Exercise aim: Go through the entries and say how many lines contain the string "amount". The number is the whole answer.

Start of Block

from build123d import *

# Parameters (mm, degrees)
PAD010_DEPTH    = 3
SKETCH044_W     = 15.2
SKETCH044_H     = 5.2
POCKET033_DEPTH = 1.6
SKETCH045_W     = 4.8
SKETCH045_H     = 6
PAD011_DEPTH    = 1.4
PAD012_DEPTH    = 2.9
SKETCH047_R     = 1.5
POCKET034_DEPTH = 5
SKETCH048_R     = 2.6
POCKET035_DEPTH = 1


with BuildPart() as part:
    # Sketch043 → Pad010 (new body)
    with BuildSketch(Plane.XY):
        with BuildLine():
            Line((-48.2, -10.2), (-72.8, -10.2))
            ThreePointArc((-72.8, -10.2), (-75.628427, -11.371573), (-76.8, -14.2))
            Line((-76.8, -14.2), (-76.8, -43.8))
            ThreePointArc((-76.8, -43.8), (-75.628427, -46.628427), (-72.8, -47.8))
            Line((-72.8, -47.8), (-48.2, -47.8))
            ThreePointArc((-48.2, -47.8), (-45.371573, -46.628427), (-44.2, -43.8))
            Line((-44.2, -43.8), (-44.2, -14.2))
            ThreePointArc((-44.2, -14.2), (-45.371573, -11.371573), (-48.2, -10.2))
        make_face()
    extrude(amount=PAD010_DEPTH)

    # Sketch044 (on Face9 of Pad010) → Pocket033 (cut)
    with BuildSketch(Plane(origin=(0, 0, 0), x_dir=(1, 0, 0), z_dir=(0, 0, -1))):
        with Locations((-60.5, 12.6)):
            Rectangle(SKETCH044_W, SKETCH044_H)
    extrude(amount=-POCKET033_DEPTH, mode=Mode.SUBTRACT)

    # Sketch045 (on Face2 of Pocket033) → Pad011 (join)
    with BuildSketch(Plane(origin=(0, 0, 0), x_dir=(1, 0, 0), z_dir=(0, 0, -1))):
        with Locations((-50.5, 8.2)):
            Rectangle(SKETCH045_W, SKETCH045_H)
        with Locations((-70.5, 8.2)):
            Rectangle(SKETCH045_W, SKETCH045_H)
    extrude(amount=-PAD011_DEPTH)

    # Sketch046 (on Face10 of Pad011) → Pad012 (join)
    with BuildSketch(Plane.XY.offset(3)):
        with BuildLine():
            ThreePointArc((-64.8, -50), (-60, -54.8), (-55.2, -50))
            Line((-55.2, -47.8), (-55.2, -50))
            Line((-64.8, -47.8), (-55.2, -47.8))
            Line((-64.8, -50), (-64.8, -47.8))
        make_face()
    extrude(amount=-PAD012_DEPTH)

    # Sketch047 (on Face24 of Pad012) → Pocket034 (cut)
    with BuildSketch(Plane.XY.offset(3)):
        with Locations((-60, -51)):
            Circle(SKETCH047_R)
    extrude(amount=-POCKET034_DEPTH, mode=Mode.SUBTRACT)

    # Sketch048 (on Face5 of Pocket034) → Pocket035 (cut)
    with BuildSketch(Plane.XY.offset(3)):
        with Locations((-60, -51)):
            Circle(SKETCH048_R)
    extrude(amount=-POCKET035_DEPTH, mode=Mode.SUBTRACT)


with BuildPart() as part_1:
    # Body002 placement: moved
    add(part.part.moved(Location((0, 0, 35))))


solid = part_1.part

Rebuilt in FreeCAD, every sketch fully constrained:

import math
import FreeCAD as App
import Part
import Sketcher

V = App.Vector


def add_polygon(sketch, points):
    """Adds a closed chain of lines whose ends are joined by coincident constraints."""
    first, n = sketch.GeometryCount, len(points)
    for a, b in zip(points, points[1:] + points[:1]):
        sketch.addGeometry(Part.LineSegment(App.Vector(*a, 0), App.Vector(*b, 0)), False)
    for i in range(n):
        sketch.addConstraint(Sketcher.Constraint("Coincident", first + i, 2, first + (i + 1) % n, 1))

doc = App.newDocument("Part")
body = doc.addObject("PartDesign::Body", "Body")

sketch1 = body.newObject("Sketcher::SketchObject", "Sketch")
sketch1.AttachmentSupport = (doc.getObject("XY_Plane"), [""])
sketch1.MapMode = "FlatFace"
sketch1.addGeometry(Part.LineSegment(V(-48.2, -10.2, 0), V(-72.8, -10.2, 0)), False)
sketch1.addGeometry(Part.ArcOfCircle(Part.Circle(V(-72.8, -14.2, 0), V(0, 0, 1), 4), math.radians(90), math.radians(180)), False)
sketch1.addGeometry(Part.LineSegment(V(-76.8, -14.2, 0), V(-76.8, -43.8, 0)), False)
sketch1.addGeometry(Part.ArcOfCircle(Part.Circle(V(-72.8, -43.8, 0), V(0, 0, 1), 4), math.radians(-180), math.radians(-90)), False)
sketch1.addGeometry(Part.LineSegment(V(-72.8, -47.8, 0), V(-48.2, -47.8, 0)), False)
sketch1.addGeometry(Part.ArcOfCircle(Part.Circle(V(-48.2, -43.8, 0), V(0, 0, 1), 4), math.radians(-90), math.radians(0)), False)
sketch1.addGeometry(Part.LineSegment(V(-44.2, -43.8, 0), V(-44.2, -14.2, 0)), False)
sketch1.addGeometry(Part.ArcOfCircle(Part.Circle(V(-48.2, -14.2, 0), V(0, 0, 1), 4), math.radians(0), math.radians(90)), False)
sketch1.addConstraint(Sketcher.Constraint("Tangent", 0, 2, 1, 1))
sketch1.addConstraint(Sketcher.Constraint("Tangent", 1, 2, 2, 1))
sketch1.addConstraint(Sketcher.Constraint("Tangent", 2, 2, 3, 1))
sketch1.addConstraint(Sketcher.Constraint("Tangent", 3, 2, 4, 1))
sketch1.addConstraint(Sketcher.Constraint("Tangent", 4, 2, 5, 1))
sketch1.addConstraint(Sketcher.Constraint("Tangent", 5, 2, 6, 1))
sketch1.addConstraint(Sketcher.Constraint("Tangent", 6, 2, 7, 1))
sketch1.addConstraint(Sketcher.Constraint("Tangent", 7, 2, 0, 1))
sketch1.addConstraint(Sketcher.Constraint("Horizontal", 0))
sketch1.addConstraint(Sketcher.Constraint("Vertical", 2))
sketch1.addConstraint(Sketcher.Constraint("Horizontal", 4))
sketch1.addConstraint(Sketcher.Constraint("Vertical", 6))
sketch1.addConstraint(Sketcher.Constraint("Equal", 1, 3))
sketch1.addConstraint(Sketcher.Constraint("Equal", 3, 5))
sketch1.addConstraint(Sketcher.Constraint("Equal", 5, 7))
sketch1.addConstraint(Sketcher.Constraint("Radius", 1, 4.0))
sketch1.addConstraint(Sketcher.Constraint("DistanceX", 0, 2, 0, 1, 24.6))
sketch1.addConstraint(Sketcher.Constraint("DistanceY", 2, 2, 2, 1, 29.6))
sketch1.addConstraint(Sketcher.Constraint("DistanceX", 1, 3, -1, 1, 72.8))
sketch1.addConstraint(Sketcher.Constraint("DistanceY", 1, 3, -1, 1, 14.2))
pad1 = body.newObject("PartDesign::Pad", "Pad")
pad1.Profile = sketch1
pad1.Length = 3

sketch2 = body.newObject("Sketcher::SketchObject", "Sketch001")
sketch2.AttachmentSupport = (doc.getObject("XY_Plane"), [""])
sketch2.MapMode = "FlatFace"
add_polygon(sketch2, [(-68, -15), (-68, -10), (-53, -10), (-53, -15)])
sketch2.addConstraint(Sketcher.Constraint("Vertical", 0))
sketch2.addConstraint(Sketcher.Constraint("Horizontal", 1))
sketch2.addConstraint(Sketcher.Constraint("Vertical", 2))
sketch2.addConstraint(Sketcher.Constraint("Horizontal", 3))
sketch2.addConstraint(Sketcher.Constraint("DistanceX", 1, 1, 1, 2, 15.2))
sketch2.addConstraint(Sketcher.Constraint("DistanceY", 0, 1, 0, 2, 5.2))
sketch2.addConstraint(Sketcher.Constraint("DistanceY", 0, 2, -1, 1, 10.0))
sketch2.addConstraint(Sketcher.Constraint("DistanceX", 0, 2, -1, 1, 68.1))
pocket1 = body.newObject("PartDesign::Pocket", "Pocket")
pocket1.Profile = sketch2
pocket1.Length = 1.6
pocket1.Reversed = True

sketch3 = body.newObject("Sketcher::SketchObject", "Sketch002")
sketch3.AttachmentSupport = (doc.getObject("XY_Plane"), [""])
sketch3.MapMode = "FlatFace"
add_polygon(sketch3, [(-52.9, -11.2), (-52.9, -5.2), (-48.1, -5.2), (-48.1, -11.2)])
add_polygon(sketch3, [(-72.9, -11.2), (-72.9, -5.2), (-68.1, -5.2), (-68.1, -11.2)])
sketch3.addConstraint(Sketcher.Constraint("Vertical", 0))
sketch3.addConstraint(Sketcher.Constraint("Horizontal", 1))
sketch3.addConstraint(Sketcher.Constraint("Vertical", 2))
sketch3.addConstraint(Sketcher.Constraint("Horizontal", 3))
sketch3.addConstraint(Sketcher.Constraint("Vertical", 4))
sketch3.addConstraint(Sketcher.Constraint("Horizontal", 5))
sketch3.addConstraint(Sketcher.Constraint("Vertical", 6))
sketch3.addConstraint(Sketcher.Constraint("Horizontal", 7))
sketch3.addConstraint(Sketcher.Constraint("Horizontal", 1, 2, 4, 2))
sketch3.addConstraint(Sketcher.Constraint("Horizontal", 3, 2, 6, 2))
sketch3.addConstraint(Sketcher.Constraint("Equal", 3, 5))
sketch3.addConstraint(Sketcher.Constraint("DistanceY", 0, 1, 0, 2, 6.0))
sketch3.addConstraint(Sketcher.Constraint("DistanceX", 1, 1, 1, 2, 4.8))
sketch3.addConstraint(Sketcher.Constraint("DistanceX", 4, 2, 0, 2, 20.0))
sketch3.addConstraint(Sketcher.Constraint("DistanceX", 0, 2, -1, 1, 52.9))
sketch3.addConstraint(Sketcher.Constraint("DistanceY", 0, 2, -1, 1, 5.2))
pad2 = body.newObject("PartDesign::Pad", "Pad001")
pad2.Profile = sketch3
pad2.Length = 1.4

sketch4 = body.newObject("Sketcher::SketchObject", "Sketch003")
sketch4.AttachmentSupport = (doc.getObject("XY_Plane"), [""])
sketch4.MapMode = "FlatFace"
sketch4.AttachmentOffset = App.Placement(V(0, 0, 3), App.Rotation())
sketch4.addGeometry(Part.ArcOfCircle(Part.Circle(V(-60, -50, 0), V(0, 0, 1), 4.8), math.radians(180), math.radians(360)), False)
sketch4.addGeometry(Part.LineSegment(V(-55.2, -50, 0), V(-55.2, -47.8, 0)), False)
sketch4.addGeometry(Part.LineSegment(V(-55.2, -47.8, 0), V(-64.8, -47.8, 0)), False)
sketch4.addGeometry(Part.LineSegment(V(-64.8, -47.8, 0), V(-64.8, -50, 0)), False)
sketch4.addConstraint(Sketcher.Constraint("Tangent", 0, 2, 1, 1))
sketch4.addConstraint(Sketcher.Constraint("Coincident", 1, 2, 2, 1))
sketch4.addConstraint(Sketcher.Constraint("Coincident", 2, 2, 3, 1))
sketch4.addConstraint(Sketcher.Constraint("Tangent", 3, 2, 0, 1))
sketch4.addConstraint(Sketcher.Constraint("Vertical", 1))
sketch4.addConstraint(Sketcher.Constraint("Horizontal", 2))
sketch4.addConstraint(Sketcher.Constraint("Vertical", 3))
sketch4.addConstraint(Sketcher.Constraint("Radius", 0, 4.8))
sketch4.addConstraint(Sketcher.Constraint("DistanceY", 1, 1, 1, 2, 2.2))
sketch4.addConstraint(Sketcher.Constraint("DistanceX", 0, 3, -1, 1, 60.0))
sketch4.addConstraint(Sketcher.Constraint("DistanceY", 0, 3, -1, 1, 50.0))
pad3 = body.newObject("PartDesign::Pad", "Pad002")
pad3.Profile = sketch4
pad3.Length = 2.9
pad3.Reversed = True

sketch5 = body.newObject("Sketcher::SketchObject", "Sketch004")
sketch5.AttachmentSupport = (doc.getObject("XY_Plane"), [""])
sketch5.MapMode = "FlatFace"
sketch5.AttachmentOffset = App.Placement(V(0, 0, 3), App.Rotation())
sketch5.addGeometry(Part.Circle(V(-60, -51, 0), V(0, 0, 1), 1.5), False)
sketch5.addConstraint(Sketcher.Constraint("Diameter", 0, 3.0))
sketch5.addConstraint(Sketcher.Constraint("DistanceX", 0, 3, -1, 1, 60.0))
sketch5.addConstraint(Sketcher.Constraint("DistanceY", 0, 3, -1, 1, 51.0))
pocket2 = body.newObject("PartDesign::Pocket", "Pocket001")
pocket2.Profile = sketch5
pocket2.Length = 5

sketch6 = body.newObject("Sketcher::SketchObject", "Sketch005")
sketch6.AttachmentSupport = (doc.getObject("XY_Plane"), [""])
sketch6.MapMode = "FlatFace"
sketch6.AttachmentOffset = App.Placement(V(0, 0, 3), App.Rotation())
sketch6.addGeometry(Part.Circle(V(-60, -51, 0), V(0, 0, 1), 2.6), False)
sketch6.addConstraint(Sketcher.Constraint("Diameter", 0, 5.2))
sketch6.addConstraint(Sketcher.Constraint("DistanceX", 0, 3, -1, 1, 60.0))
sketch6.addConstraint(Sketcher.Constraint("DistanceY", 0, 3, -1, 1, 51.0))
pocket3 = body.newObject("PartDesign::Pocket", "Pocket002")
pocket3.Profile = sketch6
pocket3.Length = 1
body2 = doc.addObject("PartDesign::Body", "Body001")
doc.recompute()

body.Placement = App.Placement(V(0, 0, 35), App.Rotation(V(0, 0, 1), 0))
boolean = body2.newObject("PartDesign::Boolean", "Boolean")
boolean.Type = "Fuse"
boolean.addObjects([body])

doc.recompute()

End of Block

Result: 6